Court of Appeals of the State of New York
Dec 29, 1975
38 N.Y.2d 441 (N.Y. 1975)

Opinion

Argued November 19, 1975

Decided December 29, 1975

Appeal from the Appellate Division of the Supreme Court in the First Judicial Department, ABRAHAM J. GELLINOFF, J.

Donald H. Shaw for appellant.

Sydney J. Schwartz and Melvin A. Yellin for respondent.


MEMORANDUM.

The order of the Appellate Division should be reversed.

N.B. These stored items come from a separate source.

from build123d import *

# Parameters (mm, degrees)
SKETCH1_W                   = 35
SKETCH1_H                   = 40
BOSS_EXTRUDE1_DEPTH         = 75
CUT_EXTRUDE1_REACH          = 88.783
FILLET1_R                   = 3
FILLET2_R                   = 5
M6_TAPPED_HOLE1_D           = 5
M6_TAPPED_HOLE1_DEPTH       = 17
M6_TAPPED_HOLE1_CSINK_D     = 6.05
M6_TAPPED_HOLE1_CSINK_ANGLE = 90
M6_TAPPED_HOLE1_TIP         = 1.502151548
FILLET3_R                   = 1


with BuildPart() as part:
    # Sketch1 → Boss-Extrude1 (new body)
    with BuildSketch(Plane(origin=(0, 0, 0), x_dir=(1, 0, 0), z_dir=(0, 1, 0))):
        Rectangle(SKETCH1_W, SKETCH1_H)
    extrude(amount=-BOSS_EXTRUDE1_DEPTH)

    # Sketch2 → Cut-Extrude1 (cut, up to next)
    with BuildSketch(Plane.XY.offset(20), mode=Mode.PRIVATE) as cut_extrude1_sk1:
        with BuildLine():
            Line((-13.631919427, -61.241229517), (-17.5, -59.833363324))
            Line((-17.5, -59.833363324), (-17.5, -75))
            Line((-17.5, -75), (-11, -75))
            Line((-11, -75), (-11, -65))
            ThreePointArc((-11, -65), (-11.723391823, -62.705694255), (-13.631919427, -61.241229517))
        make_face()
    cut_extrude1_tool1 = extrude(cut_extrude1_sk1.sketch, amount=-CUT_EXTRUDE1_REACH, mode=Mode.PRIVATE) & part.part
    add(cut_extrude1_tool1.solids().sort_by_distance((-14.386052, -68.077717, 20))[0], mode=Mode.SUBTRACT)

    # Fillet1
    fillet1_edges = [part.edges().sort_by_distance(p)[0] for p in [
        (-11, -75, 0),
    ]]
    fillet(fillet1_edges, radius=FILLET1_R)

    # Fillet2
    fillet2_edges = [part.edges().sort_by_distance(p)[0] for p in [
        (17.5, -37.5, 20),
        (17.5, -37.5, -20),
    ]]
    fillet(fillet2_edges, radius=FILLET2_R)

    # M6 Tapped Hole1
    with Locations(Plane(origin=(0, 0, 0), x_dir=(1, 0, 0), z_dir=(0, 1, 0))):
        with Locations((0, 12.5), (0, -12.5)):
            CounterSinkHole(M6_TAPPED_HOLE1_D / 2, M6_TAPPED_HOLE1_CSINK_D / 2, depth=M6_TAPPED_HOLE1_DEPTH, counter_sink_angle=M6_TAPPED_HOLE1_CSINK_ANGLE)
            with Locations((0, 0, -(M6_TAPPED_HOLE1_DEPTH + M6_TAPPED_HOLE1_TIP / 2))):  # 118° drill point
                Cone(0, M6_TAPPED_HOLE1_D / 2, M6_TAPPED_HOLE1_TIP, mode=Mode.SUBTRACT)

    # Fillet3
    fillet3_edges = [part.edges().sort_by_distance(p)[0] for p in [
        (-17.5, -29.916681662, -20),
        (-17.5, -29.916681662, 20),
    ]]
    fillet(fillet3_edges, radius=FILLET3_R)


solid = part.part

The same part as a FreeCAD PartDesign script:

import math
import FreeCAD as App
import Part
import Sketcher

V = App.Vector
Q = App.Units.Quantity


def edges_at(feature, points):
    """Names of the edges that pass closest to the given points."""
    edges = feature.Shape.Edges
    near = lambda p: min(range(len(edges)), key=lambda i: edges[i].distToShape(Part.Vertex(*p))[0])
    return sorted({f"Edge{near(p) + 1}" for p in points})

doc = App.newDocument("Part")
body = doc.addObject("PartDesign::Body", "Body")

# Sketch on XZ plane
sketch1 = body.newObject("Sketcher::SketchObject", "Sketch")
sketch1.AttachmentSupport = (doc.getObject("XZ_Plane"), [""])
sketch1.MapMode = "FlatFace"
sketch1.addGeometry(Part.LineSegment(V(-18, -20, 0), V(-18, 20, 0)), False)
sketch1.addGeometry(Part.LineSegment(V(-18, 20, 0), V(18, 20, 0)), False)
sketch1.addGeometry(Part.LineSegment(V(18, 20, 0), V(18, -20, 0)), False)
sketch1.addGeometry(Part.LineSegment(V(18, -20, 0), V(-18, -20, 0)), False)
sketch1.addConstraint(Sketcher.Constraint("Coincident", 0, 2, 1, 1))
sketch1.addConstraint(Sketcher.Constraint("Coincident", 1, 2, 2, 1))
sketch1.addConstraint(Sketcher.Constraint("Coincident", 2, 2, 3, 1))
sketch1.addConstraint(Sketcher.Constraint("Coincident", 3, 2, 0, 1))
sketch1.addConstraint(Sketcher.Constraint("Vertical", 0))
sketch1.addConstraint(Sketcher.Constraint("Horizontal", 1))
sketch1.addConstraint(Sketcher.Constraint("Vertical", 2))
sketch1.addConstraint(Sketcher.Constraint("Horizontal", 3))
sketch1.addConstraint(Sketcher.Constraint("Symmetric", 0, 2, 2, 2, -1, 1))
sketch1.addConstraint(Sketcher.Constraint("DistanceX", 1, 1, 1, 2, Q("35 mm")))
sketch1.addConstraint(Sketcher.Constraint("DistanceY", 0, 1, 0, 2, Q("40 mm")))
pad1 = body.newObject("PartDesign::Pad", "Pad")
pad1.Profile = sketch1
pad1.Length = 75

# Sketch on XY plane
sketch2 = body.newObject("Sketcher::SketchObject", "Sketch001")
sketch2.AttachmentSupport = (doc.getObject("XY_Plane"), [""])
sketch2.MapMode = "FlatFace"
sketch2.AttachmentOffset = App.Placement(V(0, 0, 20), App.Rotation())
sketch2.addGeometry(Part.LineSegment(V(-13.6, -61.2, 0), V(-17.5, -59.8, 0)), False)
sketch2.addGeometry(Part.LineSegment(V(-17.5, -59.8, 0), V(-17.5, -75, 0)), False)
sketch2.addGeometry(Part.LineSegment(V(-17.5, -75, 0), V(-11, -75, 0)), False)
sketch2.addGeometry(Part.LineSegment(V(-11, -75, 0), V(-11, -65, 0)), False)
sketch2.addGeometry(Part.ArcOfCircle(Part.Circle(V(-15, -65, 0), V(0, 0, 1), 4), math.radians(0), math.radians(70)), False)
sketch2.addConstraint(Sketcher.Constraint("Coincident", 0, 2, 1, 1))
sketch2.addConstraint(Sketcher.Constraint("Coincident", 1, 2, 2, 1))
sketch2.addConstraint(Sketcher.Constraint("Coincident", 2, 2, 3, 1))
sketch2.addConstraint(Sketcher.Constraint("Tangent", 3, 2, 4, 1))
sketch2.addConstraint(Sketcher.Constraint("Tangent", 4, 2, 0, 1))
sketch2.addConstraint(Sketcher.Constraint("Vertical", 1))
sketch2.addConstraint(Sketcher.Constraint("Horizontal", 2))
sketch2.addConstraint(Sketcher.Constraint("Vertical", 3))
sketch2.addConstraint(Sketcher.Constraint("Radius", 4, Q("4 mm")))
sketch2.addConstraint(Sketcher.Constraint("DistanceY", 3, 1, 3, 2, Q("10 mm")))
sketch2.addConstraint(Sketcher.Constraint("Angle", 0, Q("160 deg")))
sketch2.addConstraint(Sketcher.Constraint("DistanceX", 2, 1, 2, 2, Q("6.5 mm")))
sketch2.addConstraint(Sketcher.Constraint("DistanceX", 4, 3, -1, 1, Q("15 mm")))
sketch2.addConstraint(Sketcher.Constraint("DistanceY", 4, 3, -1, 1, Q("65 mm")))
pocket1 = body.newObject("PartDesign::Pocket", "Pocket")
pocket1.Profile = sketch2
pocket1.Type = "UpToFirst"
doc.recompute()

fillet = body.newObject("PartDesign::Fillet", "Fillet")
fillet.Base = (pocket1, edges_at(pocket1, [(-11, -75, 0)]))
fillet.Radius = 3
doc.recompute()

fillet2 = body.newObject("PartDesign::Fillet", "Fillet001")
fillet2.Base = (fillet, edges_at(fillet, [(17.5, -37.5, 20), (17.5, -37.5, -20)]))
fillet2.Radius = 5

# Sketch on XZ plane
sketch3 = body.newObject("Sketcher::SketchObject", "Sketch002")
sketch3.AttachmentSupport = (doc.getObject("XZ_Plane"), [""])
sketch3.MapMode = "FlatFace"
sketch3.addGeometry(Part.Circle(V(0, -12.5, 0), V(0, 0, 1), 2.5), False)
sketch3.addGeometry(Part.Circle(V(0, 12.5, 0), V(0, 0, 1), 2.5), False)
sketch3.addConstraint(Sketcher.Constraint("Equal", 0, 1))
sketch3.addConstraint(Sketcher.Constraint("Symmetric", 0, 3, 1, 3, -1, 1))
sketch3.addConstraint(Sketcher.Constraint("PointOnObject", 0, 3, -2))
sketch3.addConstraint(Sketcher.Constraint("Diameter", 0, Q("5 mm")))
sketch3.addConstraint(Sketcher.Constraint("DistanceY", 0, 3, 1, 3, Q("25 mm")))
doc.recompute()
hole = body.newObject("PartDesign::Hole", "Hole")
hole.Profile = sketch3
hole.ThreadType = "None"
hole.Diameter = 5
hole.DepthType = "Dimension"
hole.Depth = 17
hole.DrillPoint = "Angled"
hole.DrillPointAngle = 118
hole.HoleCutType = "Countersink"
hole.HoleCutDiameter = 6.05
hole.HoleCutCountersinkAngle = 90
hole.Reversed = True
doc.recompute()

fillet3 = body.newObject("PartDesign::Fillet", "Fillet002")
fillet3.Base = (hole, edges_at(hole, [(-17.5, -29.917, -20), (-17.5, -29.917, 20)]))
fillet3.Radius = 1

doc.recompute()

In February, 1972 respondent, then a Vice-President and Chairman of the Board of Newberger, Loeb Co., Inc., a member of the New York and American Stock Exchanges, entered into an agreement with appellant, then president and a director of the Newberger firm, and others for the sale to them of respondent's 200,000 shares of the stock of Newberger. Fifty thousand dollars of the purchase price was paid then and the purchasers gave a promissory note for the balance of $350,000. Other details of the arrangement between the parties, which contemplated the retirement of the seller from active participation in the securities business, were evidenced in other contemporaneous writings. The entire transaction was made contingent on the approval of the New York Stock Exchange. When the papers were signed in February, 1972, both respondent and appellant were registered with the American Stock Exchange.

The prerequisite approval of the stock sale transaction by the New York Stock Exchange was not received until October, 1972, at which time the promissory note and the associated writings were delivered and the stock sale was closed. At approximately the same time the seller terminated his employment with Newberger and his registration with the American Stock Exchange.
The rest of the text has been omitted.